EXERCISE OBJECTIVE –
Only the lines below between the ones containing "e22 v21 v22 LINE" and "e39 v33 v36 LINE", inclusive, are to be reproduced, each exactly as it stands.

THE RECORDS –

──────────

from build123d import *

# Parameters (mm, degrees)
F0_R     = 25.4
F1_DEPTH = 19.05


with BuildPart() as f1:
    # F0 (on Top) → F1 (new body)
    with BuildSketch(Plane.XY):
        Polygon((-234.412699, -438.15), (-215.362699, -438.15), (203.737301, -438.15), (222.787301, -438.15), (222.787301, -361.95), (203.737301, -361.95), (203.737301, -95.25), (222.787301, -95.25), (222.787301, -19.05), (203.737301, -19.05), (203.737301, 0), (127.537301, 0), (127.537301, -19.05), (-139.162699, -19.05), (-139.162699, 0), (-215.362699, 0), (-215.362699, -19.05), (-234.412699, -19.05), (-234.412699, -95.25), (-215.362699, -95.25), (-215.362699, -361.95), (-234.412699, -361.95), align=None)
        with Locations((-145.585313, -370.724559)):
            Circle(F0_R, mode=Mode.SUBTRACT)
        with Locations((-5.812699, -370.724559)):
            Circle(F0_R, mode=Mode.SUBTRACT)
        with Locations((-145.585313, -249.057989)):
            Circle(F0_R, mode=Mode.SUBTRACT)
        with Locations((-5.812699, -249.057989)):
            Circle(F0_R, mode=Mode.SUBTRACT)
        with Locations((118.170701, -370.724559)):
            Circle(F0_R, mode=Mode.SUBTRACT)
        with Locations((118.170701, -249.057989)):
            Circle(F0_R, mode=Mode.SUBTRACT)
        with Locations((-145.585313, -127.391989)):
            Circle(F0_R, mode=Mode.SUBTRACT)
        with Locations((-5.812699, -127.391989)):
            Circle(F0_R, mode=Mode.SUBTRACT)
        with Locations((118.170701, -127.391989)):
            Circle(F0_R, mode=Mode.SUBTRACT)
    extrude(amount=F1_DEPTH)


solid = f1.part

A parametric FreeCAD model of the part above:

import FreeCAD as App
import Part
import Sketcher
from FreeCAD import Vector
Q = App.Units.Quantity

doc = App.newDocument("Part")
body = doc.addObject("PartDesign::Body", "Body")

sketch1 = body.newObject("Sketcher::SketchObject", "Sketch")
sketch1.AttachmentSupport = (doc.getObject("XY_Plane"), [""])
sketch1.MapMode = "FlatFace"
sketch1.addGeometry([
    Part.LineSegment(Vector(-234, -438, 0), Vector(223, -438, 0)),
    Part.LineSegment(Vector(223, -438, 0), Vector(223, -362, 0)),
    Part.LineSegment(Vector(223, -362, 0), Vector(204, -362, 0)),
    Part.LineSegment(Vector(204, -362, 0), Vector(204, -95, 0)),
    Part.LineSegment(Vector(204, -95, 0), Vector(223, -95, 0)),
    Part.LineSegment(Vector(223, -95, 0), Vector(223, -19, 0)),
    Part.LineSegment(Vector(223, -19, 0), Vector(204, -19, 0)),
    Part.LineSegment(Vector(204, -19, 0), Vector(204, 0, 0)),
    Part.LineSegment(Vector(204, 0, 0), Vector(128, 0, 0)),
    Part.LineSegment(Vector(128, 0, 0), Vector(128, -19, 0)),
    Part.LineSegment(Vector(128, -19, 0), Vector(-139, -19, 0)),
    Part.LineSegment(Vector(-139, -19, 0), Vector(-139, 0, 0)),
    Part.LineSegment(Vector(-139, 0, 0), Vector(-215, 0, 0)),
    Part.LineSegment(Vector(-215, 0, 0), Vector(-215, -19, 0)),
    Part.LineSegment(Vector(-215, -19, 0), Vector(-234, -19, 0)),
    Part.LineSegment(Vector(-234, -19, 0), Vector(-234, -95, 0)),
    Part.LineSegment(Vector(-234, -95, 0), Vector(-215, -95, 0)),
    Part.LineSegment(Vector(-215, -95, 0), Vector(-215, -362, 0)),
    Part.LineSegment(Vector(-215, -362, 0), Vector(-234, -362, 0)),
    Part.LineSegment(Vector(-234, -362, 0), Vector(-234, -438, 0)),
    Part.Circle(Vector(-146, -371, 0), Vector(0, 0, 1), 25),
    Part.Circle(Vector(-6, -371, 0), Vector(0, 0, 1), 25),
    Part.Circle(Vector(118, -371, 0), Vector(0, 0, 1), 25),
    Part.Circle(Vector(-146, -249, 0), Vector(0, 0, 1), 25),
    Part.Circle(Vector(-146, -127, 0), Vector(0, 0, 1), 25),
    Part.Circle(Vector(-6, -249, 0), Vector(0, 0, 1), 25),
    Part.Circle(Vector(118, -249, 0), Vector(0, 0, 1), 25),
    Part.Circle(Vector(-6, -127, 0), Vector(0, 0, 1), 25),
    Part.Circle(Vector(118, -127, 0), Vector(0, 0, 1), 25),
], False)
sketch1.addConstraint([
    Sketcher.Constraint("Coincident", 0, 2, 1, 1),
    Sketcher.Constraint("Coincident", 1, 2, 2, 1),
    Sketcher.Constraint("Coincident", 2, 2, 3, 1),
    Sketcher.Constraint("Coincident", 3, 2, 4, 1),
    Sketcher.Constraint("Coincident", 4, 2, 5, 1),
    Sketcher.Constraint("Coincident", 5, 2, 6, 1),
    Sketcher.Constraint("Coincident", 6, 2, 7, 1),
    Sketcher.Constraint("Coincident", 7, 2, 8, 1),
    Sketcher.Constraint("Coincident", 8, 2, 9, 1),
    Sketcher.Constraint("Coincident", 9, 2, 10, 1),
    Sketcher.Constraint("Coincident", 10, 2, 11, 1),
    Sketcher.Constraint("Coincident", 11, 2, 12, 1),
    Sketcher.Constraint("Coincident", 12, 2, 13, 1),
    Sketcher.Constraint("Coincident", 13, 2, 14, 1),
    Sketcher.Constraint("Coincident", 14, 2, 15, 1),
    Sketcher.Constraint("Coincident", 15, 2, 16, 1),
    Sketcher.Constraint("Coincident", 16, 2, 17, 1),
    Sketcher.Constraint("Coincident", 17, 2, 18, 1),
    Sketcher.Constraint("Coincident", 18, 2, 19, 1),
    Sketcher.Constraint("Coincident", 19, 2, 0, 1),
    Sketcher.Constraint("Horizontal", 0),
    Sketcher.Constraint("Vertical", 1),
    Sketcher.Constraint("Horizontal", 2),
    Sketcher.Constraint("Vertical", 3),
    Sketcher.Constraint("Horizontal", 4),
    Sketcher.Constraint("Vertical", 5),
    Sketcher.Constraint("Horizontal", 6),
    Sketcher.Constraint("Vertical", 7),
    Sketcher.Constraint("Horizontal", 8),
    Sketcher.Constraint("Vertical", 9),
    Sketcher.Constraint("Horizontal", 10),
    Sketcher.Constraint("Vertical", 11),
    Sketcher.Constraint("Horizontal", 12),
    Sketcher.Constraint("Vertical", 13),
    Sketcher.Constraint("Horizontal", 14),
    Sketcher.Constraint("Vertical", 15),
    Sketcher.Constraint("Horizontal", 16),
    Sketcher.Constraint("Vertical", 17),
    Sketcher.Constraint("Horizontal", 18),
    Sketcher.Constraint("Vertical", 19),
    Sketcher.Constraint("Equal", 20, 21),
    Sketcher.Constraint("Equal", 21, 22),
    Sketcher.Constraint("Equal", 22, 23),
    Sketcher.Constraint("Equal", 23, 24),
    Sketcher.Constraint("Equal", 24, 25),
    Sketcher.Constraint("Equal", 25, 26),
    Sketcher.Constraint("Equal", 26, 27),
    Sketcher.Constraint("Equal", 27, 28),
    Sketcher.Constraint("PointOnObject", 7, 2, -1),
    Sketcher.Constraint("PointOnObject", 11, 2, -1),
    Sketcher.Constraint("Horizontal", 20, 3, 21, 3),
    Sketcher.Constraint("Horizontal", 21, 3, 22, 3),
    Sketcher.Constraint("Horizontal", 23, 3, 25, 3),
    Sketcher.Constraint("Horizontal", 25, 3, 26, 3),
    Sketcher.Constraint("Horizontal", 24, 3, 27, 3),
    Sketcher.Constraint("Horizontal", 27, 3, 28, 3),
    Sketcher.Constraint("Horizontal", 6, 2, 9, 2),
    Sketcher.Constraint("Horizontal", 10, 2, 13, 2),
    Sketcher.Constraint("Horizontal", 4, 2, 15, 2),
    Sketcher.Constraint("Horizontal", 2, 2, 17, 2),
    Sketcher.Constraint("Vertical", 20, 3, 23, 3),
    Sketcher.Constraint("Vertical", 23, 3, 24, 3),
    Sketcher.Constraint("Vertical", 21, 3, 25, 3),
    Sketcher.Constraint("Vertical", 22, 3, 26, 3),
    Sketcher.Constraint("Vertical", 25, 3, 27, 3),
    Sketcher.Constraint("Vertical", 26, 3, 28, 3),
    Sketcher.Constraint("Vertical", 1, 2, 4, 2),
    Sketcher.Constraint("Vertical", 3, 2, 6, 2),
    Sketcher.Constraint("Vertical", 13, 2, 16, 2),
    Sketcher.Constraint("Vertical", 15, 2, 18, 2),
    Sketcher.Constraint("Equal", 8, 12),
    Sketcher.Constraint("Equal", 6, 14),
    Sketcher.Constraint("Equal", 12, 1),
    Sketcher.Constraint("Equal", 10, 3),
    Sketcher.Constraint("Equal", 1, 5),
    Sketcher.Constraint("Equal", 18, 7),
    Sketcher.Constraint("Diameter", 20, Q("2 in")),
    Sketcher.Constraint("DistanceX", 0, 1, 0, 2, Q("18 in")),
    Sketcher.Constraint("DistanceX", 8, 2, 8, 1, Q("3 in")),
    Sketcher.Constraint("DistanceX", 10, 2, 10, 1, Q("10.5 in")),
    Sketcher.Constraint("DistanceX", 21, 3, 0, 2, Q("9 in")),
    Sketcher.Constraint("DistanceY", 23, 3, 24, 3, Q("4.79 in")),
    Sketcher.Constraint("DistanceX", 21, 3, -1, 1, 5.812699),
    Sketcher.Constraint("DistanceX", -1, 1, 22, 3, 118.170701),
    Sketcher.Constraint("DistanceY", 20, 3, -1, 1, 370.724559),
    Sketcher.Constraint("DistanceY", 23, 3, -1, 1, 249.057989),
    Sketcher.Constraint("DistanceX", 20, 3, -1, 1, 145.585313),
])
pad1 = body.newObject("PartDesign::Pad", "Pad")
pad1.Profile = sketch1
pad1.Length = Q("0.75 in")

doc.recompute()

──────────

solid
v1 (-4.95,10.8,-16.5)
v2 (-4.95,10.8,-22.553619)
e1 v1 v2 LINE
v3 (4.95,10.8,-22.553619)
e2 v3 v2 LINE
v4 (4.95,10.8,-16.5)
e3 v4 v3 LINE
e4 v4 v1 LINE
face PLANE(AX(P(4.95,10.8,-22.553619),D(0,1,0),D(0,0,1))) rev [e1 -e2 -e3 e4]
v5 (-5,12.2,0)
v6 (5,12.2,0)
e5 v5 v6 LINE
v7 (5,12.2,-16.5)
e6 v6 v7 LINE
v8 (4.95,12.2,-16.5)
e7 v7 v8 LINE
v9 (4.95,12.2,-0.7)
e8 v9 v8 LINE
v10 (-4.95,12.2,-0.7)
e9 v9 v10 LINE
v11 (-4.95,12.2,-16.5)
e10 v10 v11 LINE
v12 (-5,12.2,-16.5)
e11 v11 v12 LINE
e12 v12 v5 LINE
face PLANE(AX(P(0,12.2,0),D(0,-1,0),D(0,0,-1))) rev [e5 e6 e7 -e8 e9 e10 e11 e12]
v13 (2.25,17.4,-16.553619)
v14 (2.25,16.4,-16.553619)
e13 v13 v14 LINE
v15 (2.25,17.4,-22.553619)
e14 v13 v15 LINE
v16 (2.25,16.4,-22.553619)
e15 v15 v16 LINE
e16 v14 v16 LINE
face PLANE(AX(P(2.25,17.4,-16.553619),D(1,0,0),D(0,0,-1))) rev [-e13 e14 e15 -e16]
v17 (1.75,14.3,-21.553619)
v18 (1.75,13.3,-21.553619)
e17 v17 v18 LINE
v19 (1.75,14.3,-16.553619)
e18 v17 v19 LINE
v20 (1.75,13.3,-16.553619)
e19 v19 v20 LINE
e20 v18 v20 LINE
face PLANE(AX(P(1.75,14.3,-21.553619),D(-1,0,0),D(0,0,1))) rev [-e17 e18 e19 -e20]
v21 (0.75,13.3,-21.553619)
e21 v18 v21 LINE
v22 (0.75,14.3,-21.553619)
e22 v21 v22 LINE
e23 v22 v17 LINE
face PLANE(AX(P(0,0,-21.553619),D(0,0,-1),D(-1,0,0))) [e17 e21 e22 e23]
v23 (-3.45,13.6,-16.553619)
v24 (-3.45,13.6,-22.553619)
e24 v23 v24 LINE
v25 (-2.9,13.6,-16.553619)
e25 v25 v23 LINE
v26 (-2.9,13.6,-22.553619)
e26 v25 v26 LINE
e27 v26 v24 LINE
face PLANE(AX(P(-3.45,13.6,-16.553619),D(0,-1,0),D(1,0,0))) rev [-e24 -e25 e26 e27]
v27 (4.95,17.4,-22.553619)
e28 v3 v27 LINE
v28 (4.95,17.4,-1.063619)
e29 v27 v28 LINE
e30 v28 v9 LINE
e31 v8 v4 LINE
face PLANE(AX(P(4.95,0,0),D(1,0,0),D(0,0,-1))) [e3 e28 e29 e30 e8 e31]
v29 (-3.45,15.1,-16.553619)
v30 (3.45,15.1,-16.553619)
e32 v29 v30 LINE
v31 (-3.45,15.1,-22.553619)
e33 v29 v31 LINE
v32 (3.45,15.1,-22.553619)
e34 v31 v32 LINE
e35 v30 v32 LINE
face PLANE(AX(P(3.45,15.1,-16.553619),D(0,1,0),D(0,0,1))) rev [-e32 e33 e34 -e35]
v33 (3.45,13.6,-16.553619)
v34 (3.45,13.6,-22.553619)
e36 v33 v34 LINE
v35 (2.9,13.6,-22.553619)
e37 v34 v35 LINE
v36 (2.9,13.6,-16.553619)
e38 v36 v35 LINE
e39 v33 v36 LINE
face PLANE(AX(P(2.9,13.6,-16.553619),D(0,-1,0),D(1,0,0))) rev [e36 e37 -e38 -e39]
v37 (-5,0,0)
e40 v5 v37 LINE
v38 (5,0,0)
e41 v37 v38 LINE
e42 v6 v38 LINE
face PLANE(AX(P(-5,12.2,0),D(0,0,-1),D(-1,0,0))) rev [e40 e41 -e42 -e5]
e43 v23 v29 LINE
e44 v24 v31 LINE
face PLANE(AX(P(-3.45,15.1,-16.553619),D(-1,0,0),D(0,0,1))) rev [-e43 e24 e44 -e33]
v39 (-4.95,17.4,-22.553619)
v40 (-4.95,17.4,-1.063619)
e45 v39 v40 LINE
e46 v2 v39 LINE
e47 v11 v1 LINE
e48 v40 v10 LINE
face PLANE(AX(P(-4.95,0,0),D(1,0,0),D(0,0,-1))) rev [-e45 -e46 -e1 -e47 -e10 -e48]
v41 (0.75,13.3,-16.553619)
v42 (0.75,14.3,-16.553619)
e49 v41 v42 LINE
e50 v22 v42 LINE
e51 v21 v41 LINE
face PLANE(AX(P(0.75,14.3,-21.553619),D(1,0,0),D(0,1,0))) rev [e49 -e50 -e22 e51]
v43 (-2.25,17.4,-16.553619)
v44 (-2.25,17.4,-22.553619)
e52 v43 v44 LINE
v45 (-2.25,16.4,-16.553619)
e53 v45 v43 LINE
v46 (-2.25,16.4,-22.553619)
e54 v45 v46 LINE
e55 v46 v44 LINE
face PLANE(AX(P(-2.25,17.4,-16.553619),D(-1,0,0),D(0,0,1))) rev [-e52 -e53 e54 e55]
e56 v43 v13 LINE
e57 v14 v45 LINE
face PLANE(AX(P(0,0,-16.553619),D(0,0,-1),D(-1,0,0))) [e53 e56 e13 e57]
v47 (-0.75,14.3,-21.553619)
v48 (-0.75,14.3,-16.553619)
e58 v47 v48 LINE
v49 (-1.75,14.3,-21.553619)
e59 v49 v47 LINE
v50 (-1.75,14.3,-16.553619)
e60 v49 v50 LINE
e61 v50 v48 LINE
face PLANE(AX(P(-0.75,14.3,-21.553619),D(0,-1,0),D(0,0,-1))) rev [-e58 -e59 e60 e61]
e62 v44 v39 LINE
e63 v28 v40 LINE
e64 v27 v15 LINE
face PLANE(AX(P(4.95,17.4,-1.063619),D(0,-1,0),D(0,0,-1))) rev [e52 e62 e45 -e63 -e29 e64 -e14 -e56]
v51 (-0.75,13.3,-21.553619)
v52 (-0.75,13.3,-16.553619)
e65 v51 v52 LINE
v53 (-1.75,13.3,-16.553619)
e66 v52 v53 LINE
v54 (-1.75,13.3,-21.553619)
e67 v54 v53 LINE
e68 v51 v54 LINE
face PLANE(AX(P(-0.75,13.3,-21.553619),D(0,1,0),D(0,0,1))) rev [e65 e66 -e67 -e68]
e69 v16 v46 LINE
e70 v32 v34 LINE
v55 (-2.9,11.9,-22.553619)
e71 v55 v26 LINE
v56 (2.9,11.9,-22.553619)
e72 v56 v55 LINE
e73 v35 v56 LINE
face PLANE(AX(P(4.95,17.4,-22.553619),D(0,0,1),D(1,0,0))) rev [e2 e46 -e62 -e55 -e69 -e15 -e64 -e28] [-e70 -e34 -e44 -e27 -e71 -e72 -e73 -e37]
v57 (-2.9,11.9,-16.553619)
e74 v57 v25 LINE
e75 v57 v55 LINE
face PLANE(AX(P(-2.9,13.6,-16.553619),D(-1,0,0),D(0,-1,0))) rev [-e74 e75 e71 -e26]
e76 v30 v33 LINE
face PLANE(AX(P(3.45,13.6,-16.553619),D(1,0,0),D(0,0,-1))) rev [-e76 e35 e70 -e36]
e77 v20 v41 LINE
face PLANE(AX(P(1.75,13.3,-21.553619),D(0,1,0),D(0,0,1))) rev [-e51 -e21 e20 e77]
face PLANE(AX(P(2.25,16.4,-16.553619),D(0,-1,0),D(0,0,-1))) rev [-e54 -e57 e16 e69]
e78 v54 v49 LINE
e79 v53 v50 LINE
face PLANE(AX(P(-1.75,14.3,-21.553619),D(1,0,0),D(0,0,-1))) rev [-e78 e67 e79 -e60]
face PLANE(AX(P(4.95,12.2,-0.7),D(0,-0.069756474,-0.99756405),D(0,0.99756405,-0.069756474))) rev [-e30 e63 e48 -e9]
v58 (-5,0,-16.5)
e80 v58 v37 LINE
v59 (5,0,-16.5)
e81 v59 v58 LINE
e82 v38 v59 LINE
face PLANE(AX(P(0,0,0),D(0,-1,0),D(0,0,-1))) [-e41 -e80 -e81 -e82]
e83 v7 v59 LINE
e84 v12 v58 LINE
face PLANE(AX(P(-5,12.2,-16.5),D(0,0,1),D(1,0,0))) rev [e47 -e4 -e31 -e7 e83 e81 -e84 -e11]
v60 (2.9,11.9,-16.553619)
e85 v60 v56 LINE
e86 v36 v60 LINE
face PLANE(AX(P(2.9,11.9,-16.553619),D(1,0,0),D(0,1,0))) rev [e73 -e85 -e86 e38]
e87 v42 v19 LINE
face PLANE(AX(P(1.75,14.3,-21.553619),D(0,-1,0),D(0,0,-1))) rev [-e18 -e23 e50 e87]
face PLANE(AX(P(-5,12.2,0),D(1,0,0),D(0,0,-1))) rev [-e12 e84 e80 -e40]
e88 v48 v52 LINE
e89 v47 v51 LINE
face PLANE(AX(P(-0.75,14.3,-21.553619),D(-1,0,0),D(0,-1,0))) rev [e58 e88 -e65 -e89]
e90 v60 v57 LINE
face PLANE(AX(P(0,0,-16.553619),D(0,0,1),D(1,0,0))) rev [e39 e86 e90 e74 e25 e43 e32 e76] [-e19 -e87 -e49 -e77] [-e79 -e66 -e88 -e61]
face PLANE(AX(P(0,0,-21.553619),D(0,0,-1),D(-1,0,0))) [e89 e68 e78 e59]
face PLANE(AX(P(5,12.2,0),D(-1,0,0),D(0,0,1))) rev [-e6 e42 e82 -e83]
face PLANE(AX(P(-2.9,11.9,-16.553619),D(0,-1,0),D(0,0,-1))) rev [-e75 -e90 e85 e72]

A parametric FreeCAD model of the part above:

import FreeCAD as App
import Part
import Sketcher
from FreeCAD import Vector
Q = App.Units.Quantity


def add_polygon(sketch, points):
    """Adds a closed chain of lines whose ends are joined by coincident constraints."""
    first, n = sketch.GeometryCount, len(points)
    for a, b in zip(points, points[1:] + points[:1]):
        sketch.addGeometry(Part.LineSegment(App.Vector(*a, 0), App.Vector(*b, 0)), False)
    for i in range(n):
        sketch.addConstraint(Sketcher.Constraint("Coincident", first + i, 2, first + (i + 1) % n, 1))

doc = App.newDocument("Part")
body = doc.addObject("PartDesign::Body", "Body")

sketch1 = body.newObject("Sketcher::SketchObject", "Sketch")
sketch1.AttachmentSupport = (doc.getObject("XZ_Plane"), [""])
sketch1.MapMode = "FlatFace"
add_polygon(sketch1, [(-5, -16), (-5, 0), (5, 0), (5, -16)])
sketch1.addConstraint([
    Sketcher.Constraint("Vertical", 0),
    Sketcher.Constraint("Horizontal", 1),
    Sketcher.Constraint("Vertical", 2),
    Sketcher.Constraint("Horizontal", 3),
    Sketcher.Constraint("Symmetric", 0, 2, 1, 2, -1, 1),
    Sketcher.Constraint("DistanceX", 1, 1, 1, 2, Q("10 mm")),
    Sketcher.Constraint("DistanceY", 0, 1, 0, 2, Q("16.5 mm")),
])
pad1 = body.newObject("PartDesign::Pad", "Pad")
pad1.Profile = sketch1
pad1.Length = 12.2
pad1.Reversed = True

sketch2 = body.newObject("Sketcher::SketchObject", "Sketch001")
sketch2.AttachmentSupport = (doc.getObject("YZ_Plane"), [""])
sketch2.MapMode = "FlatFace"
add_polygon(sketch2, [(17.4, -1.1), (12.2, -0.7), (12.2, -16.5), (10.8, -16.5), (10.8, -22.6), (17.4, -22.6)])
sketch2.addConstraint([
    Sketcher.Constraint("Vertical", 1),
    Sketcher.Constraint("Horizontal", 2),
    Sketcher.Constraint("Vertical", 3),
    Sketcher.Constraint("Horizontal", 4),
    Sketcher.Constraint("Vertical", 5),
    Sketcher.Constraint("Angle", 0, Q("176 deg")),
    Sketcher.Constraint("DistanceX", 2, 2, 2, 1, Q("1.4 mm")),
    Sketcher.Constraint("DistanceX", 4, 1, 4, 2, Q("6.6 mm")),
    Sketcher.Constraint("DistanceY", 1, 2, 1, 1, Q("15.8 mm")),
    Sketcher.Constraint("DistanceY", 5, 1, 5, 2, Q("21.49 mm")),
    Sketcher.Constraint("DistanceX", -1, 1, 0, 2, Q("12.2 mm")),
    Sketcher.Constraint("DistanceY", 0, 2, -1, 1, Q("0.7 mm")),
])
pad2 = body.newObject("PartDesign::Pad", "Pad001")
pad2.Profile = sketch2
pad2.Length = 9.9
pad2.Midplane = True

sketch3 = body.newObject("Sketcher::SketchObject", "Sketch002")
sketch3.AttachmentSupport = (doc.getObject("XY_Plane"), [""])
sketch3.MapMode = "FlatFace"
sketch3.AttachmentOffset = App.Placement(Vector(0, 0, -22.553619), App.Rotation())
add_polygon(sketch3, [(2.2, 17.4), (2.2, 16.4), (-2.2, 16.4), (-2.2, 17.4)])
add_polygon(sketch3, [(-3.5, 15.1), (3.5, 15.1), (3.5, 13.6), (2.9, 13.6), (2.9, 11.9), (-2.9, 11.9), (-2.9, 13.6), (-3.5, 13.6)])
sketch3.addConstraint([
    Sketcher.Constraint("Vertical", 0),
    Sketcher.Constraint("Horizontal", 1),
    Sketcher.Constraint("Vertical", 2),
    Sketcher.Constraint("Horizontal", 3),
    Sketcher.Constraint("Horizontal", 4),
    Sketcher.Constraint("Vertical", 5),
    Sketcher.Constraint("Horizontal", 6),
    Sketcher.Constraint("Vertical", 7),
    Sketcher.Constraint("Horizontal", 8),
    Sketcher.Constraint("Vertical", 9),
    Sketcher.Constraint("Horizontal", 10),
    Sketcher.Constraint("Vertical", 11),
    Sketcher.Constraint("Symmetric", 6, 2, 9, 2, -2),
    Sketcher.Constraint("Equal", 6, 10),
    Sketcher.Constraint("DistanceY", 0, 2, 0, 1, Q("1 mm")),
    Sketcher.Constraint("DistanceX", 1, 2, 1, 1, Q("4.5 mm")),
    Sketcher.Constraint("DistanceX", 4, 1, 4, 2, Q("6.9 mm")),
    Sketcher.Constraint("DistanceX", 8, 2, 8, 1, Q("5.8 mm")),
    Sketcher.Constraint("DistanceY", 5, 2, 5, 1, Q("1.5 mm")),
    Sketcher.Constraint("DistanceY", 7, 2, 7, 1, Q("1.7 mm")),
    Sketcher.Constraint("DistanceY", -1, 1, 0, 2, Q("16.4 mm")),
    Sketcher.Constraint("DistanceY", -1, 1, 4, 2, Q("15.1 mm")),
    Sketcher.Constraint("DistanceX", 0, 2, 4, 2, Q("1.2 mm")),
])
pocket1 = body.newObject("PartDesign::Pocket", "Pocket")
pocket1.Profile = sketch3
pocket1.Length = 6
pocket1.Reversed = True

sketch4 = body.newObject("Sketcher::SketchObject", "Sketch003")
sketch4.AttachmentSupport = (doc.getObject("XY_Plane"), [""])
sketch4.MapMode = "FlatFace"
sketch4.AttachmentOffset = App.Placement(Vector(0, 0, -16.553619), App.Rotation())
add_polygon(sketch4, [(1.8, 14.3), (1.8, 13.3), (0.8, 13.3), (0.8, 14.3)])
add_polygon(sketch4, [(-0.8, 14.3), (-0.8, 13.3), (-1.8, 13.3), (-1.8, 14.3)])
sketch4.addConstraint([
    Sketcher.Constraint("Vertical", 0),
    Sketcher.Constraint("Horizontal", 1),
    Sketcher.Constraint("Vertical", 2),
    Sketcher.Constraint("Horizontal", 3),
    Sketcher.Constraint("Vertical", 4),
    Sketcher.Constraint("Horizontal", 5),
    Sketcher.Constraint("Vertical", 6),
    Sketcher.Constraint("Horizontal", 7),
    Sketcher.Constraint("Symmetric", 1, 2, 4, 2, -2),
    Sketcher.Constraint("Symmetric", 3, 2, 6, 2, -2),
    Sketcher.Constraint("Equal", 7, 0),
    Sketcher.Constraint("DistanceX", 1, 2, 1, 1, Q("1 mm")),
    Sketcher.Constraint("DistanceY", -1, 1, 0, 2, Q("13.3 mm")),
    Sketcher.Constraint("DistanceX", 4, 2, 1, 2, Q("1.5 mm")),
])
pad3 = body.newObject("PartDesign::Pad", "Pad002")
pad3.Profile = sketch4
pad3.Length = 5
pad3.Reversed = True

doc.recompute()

──────────

WRITTEN RESPONSE –
e22 v21 v22 LINE
e23 v22 v17 LINE
face PLANE(AX(P(0,0,-21.553619),D(0,0,-1),D(-1,0,0))) [e17 e21 e22 e23]
v23 (-3.45,13.6,-16.553619)
v24 (-3.45,13.6,-22.553619)
e24 v23 v24 LINE
v25 (-2.9,13.6,-16.553619)
e25 v25 v23 LINE
v26 (-2.9,13.6,-22.553619)
e26 v25 v26 LINE
e27 v26 v24 LINE
face PLANE(AX(P(-3.45,13.6,-16.553619),D(0,-1,0),D(1,0,0))) rev [-e24 -e25 e26 e27]
v27 (4.95,17.4,-22.553619)
e28 v3 v27 LINE
v28 (4.95,17.4,-1.063619)
e29 v27 v28 LINE
e30 v28 v9 LINE
e31 v8 v4 LINE
face PLANE(AX(P(4.95,0,0),D(1,0,0),D(0,0,-1))) [e3 e28 e29 e30 e8 e31]
v29 (-3.45,15.1,-16.553619)
v30 (3.45,15.1,-16.553619)
e32 v29 v30 LINE
v31 (-3.45,15.1,-22.553619)
e33 v29 v31 LINE
v32 (3.45,15.1,-22.553619)
e34 v31 v32 LINE
e35 v30 v32 LINE
face PLANE(AX(P(3.45,15.1,-16.553619),D(0,1,0),D(0,0,1))) rev [-e32 e33 e34 -e35]
v33 (3.45,13.6,-16.553619)
v34 (3.45,13.6,-22.553619)
e36 v33 v34 LINE
v35 (2.9,13.6,-22.553619)
e37 v34 v35 LINE
v36 (2.9,13.6,-16.553619)
e38 v36 v35 LINE
e39 v33 v36 LINE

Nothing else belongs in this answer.